Click here for Carmen's Experience of the Blog


So... what was it like to write? Having started our blog in one fashion, we slowly (yes slowly not quickly) discovered that we had no real aim or argument, and that the recipes we had chosen had absolutely no correlation to our supposed topics or each other. This led to a complete revamp in week 11 and spree of cooking infested days, in which the both the kitchen and our souls were battered... There are only so many times you can be let down by a dodgy recipe. However the learning curve that accompanied this experience was sharp and didn’t fail to excite my culinary taste buds. Like a mathematical equation, there is something very satisfying in completing a recipe and knowing that you got it right, moreover it is even more satisfying to know you have substituted/revamped/approximated and still created something edible. You can definitely see a difference in style of cooking and compilations of ingredients, to that of the modern day.

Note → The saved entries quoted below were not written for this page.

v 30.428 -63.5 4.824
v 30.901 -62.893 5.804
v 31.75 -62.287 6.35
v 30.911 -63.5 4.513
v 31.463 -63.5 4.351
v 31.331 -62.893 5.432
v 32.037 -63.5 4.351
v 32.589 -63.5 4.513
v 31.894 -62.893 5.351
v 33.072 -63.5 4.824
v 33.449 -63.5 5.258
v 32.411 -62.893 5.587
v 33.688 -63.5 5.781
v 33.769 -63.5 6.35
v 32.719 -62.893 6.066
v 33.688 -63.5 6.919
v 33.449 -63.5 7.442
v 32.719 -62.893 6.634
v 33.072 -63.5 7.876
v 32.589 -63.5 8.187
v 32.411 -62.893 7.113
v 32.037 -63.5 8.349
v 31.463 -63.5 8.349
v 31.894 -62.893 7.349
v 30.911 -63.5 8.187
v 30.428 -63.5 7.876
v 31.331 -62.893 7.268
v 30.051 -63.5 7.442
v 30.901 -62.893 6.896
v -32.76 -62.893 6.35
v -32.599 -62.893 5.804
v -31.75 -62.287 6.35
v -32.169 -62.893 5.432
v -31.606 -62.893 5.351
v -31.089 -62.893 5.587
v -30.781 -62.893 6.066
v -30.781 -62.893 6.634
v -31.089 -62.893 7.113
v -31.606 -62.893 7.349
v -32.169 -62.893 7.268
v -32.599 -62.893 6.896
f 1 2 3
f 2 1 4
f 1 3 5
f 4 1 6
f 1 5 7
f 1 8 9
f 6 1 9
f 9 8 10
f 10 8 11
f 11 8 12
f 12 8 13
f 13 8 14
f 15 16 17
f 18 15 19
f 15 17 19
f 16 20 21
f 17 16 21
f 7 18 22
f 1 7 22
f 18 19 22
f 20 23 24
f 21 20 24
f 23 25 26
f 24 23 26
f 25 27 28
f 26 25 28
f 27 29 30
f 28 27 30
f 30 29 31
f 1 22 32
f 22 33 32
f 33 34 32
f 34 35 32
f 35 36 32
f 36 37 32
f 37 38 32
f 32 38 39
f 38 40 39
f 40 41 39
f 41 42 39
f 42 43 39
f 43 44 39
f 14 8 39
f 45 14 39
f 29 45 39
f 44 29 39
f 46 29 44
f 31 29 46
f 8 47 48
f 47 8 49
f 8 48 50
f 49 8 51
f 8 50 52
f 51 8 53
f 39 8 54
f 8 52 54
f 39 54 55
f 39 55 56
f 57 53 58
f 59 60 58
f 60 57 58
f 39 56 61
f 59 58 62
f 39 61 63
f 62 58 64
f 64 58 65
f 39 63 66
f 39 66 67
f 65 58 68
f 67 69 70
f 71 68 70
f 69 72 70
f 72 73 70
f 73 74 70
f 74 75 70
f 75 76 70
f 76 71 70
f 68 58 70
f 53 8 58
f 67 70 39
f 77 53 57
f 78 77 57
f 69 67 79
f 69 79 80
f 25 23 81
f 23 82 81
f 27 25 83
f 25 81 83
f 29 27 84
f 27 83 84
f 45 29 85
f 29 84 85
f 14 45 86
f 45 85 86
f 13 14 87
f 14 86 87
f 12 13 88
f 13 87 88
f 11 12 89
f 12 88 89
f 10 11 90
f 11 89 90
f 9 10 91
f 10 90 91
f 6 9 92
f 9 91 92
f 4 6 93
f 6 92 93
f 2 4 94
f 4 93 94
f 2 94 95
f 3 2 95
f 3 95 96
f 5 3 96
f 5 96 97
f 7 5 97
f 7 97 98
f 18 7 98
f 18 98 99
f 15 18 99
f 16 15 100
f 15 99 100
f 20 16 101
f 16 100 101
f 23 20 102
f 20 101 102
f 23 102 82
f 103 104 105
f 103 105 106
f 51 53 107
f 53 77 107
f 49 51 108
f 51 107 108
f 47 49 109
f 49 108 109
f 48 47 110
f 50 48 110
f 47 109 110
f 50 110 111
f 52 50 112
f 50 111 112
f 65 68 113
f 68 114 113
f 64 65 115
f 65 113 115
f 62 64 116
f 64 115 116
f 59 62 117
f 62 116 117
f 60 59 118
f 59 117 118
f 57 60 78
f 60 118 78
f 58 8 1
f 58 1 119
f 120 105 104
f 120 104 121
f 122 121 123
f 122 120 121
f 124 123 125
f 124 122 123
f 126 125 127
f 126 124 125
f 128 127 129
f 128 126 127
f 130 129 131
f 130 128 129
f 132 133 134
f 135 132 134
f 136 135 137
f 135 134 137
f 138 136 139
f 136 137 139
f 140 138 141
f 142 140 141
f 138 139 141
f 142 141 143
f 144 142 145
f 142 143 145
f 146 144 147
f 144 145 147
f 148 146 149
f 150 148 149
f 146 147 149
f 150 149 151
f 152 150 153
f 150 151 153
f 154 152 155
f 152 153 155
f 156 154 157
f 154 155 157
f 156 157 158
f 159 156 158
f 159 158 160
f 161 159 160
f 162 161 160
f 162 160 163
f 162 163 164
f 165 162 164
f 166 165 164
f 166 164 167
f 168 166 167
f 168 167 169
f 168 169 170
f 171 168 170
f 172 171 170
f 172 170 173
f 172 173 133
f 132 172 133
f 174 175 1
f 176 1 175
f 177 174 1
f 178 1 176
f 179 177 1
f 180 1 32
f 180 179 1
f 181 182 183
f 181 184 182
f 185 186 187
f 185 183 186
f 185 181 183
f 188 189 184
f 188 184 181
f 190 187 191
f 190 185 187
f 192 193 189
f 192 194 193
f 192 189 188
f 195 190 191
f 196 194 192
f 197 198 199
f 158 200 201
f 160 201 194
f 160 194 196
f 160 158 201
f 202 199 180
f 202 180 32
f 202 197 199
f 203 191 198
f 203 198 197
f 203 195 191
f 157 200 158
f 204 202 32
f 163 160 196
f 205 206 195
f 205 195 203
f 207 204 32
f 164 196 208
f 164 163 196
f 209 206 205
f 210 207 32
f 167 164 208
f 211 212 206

Blogging creates an entirely different dimension to the kitchen, most noticeably, the constant need to document what is going on, and the odd relationship it creates with the food. That is to say- we can safely assume that most meals are cooked to be eaten and cooked with specific people in mind, however whilst blogging the emphasis was most definitely on the process. An interesting phenomenon occurred. We cooked- not to eat- but to write about the process of cooking. Once more food entered the world of the literary and once more, the etiquette of the table was completely rent asunder and disregarded in favour of a powerhouse conveyer belt of meals. Interestingly most of the food stuffs went untouched until the next day.
Now let’s think of the issues raised... well most certainly inefficient recipes led to disaster in the kitchen. There is certainly a culture for fine art cuisine versus the ‘take-away’ in modern times, which contrasts to constantly assumed thorough knowledge of a kitchen in the older recipes. The tastes of the general public have changed, as the ingredients which are available to the general public have expanded. It was interesting to discover that staple ingredients of the war time diet, were almost extinct in our supermarkets and that new ingredients have been invented to replace them.
My argument at the beginning of this blog was ‘How does language and presentation differentiate from the taste and realities of the food?’ Well the answer is of course, that it differs massively. There can be no approximation to the realities of the kitchen through these neatly set out recipes, which endeavour to communalise the war in the kitchen and alleviate the challenges faced by rationed cooks. These literary texts set out to appease and to attempt to make fashionable, restricted diets. Their wording is completely different from that used in modern day cook books, however you cannot help but wonder if it completely different from the usual wording of cooks through the wars also. 

Words cannot equal the realities of food consumption, however they can command the reader's mind and stomach- pacifying and allaying fears in times of want and stirring up the hearts and minds of readers who may well be run down with the drugery of the all too undescribable attorcities of the World Wars.